Norman Research Team
The overall objective for this leg of the WBI is to create a practical tool for field practitioners to use as a guide for designing effective buffers on typical agricultural landscapes. Specific objectives include the following:
- Establish field sites and measurement protocols to quantify the loss of sediment and phosphorus from several typical agricultural sites.
- Select or adapt a suitable model to generalize the results from the limited number of measurement sites to the diverse landscapes typical of Wisconsin.
- Use the combined results from the model and measurements to create or parameterize a practical tool for practitioners to use to guide the implementation of buffers in Wisconsin.
The research team is working to design a Decision Support System (DSS) for agricultural managers that combines what scientists know about the physical behavior of the agricultural landscape with the effects of management available to growers. The end result is a software package called the Precision Agricultural-Landscape Modeling System (PALMS).

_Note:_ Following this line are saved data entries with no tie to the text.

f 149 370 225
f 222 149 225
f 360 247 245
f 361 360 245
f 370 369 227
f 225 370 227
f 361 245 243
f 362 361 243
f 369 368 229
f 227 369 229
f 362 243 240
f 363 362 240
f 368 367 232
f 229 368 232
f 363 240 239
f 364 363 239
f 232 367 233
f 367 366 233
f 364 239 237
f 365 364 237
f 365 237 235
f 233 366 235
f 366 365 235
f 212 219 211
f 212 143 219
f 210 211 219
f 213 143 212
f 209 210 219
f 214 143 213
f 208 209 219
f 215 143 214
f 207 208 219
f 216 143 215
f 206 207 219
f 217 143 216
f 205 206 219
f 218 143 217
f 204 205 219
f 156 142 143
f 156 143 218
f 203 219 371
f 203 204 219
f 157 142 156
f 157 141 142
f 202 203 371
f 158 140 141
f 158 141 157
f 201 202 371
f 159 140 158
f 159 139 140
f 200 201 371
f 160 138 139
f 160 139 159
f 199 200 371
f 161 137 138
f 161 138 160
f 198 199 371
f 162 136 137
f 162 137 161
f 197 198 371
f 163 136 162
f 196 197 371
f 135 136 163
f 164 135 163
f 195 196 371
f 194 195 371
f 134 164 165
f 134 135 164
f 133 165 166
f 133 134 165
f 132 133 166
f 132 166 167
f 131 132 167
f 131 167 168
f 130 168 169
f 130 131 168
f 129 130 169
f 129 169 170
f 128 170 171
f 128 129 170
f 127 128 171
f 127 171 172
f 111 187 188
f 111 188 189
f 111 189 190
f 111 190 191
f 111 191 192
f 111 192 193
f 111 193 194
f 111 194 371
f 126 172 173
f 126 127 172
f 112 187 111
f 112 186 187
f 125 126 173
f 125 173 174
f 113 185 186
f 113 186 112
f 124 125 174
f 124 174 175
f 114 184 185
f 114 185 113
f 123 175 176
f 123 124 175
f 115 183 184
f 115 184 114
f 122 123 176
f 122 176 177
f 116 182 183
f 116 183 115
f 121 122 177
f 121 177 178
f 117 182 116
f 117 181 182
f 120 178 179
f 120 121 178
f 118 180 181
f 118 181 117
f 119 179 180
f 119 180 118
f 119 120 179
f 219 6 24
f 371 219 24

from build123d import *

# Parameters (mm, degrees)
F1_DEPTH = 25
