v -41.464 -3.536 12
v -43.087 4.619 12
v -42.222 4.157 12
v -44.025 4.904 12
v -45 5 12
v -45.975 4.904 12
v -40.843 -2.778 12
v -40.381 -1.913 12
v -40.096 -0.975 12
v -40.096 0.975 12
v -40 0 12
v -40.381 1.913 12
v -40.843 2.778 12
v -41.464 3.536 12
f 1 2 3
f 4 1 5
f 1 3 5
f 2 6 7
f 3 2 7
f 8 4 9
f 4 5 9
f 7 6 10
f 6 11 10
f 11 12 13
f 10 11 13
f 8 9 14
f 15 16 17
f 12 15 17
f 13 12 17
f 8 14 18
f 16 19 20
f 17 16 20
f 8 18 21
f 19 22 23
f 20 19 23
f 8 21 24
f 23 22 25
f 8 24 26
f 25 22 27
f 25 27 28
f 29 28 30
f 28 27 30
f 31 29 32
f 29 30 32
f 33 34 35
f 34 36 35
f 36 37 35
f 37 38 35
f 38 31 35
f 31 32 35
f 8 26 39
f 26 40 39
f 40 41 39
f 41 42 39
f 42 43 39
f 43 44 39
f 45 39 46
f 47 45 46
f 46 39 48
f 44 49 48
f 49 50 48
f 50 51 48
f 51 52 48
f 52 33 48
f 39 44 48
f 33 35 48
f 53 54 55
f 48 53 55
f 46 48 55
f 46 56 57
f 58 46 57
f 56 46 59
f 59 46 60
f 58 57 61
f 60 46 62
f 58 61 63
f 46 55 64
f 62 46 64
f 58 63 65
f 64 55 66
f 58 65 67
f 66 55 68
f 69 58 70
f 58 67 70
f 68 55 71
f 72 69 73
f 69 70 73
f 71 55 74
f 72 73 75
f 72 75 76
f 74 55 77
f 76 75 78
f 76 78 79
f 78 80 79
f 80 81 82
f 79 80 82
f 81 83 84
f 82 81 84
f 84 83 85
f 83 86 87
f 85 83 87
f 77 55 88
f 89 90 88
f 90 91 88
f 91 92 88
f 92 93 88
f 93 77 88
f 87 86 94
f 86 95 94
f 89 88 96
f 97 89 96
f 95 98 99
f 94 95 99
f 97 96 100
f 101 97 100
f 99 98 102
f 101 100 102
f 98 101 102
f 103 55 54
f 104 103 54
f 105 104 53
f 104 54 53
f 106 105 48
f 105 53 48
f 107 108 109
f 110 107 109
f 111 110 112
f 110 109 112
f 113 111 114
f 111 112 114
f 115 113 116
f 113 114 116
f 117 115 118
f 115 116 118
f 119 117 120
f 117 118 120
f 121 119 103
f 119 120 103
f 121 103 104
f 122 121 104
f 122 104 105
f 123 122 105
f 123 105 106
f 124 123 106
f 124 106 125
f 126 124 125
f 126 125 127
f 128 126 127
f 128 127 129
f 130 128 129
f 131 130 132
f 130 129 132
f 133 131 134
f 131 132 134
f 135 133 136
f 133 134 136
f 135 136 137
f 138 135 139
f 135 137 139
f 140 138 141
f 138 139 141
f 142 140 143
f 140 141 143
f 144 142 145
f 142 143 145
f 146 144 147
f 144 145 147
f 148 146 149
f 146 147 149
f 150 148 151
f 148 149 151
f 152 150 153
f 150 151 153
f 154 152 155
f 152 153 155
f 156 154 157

PALMS is a combination of several models that simulate the flow of energy, water, and some chemicals in the air-plant-soil system.
The team will adapt PALMS for use with buffers. PALMS is a processed-based model that currently computes runoff as a function of slope, precipitation intensity, heterogeneous soils, crop type, tillage type and orientation relative to the slope/aspect, residue and fertilization. The research group is working to add erosion and phosphorus chemistry to PALMS. The influence of buffers on plant growth and yield is calculated in PALMS for both the crop and the buffer vegetation as a function of location in the field.
Data to create this application tool will come from a combination of field measurements and output generated from PALMS over diverse scenarios typical of Wisconsin agriculture.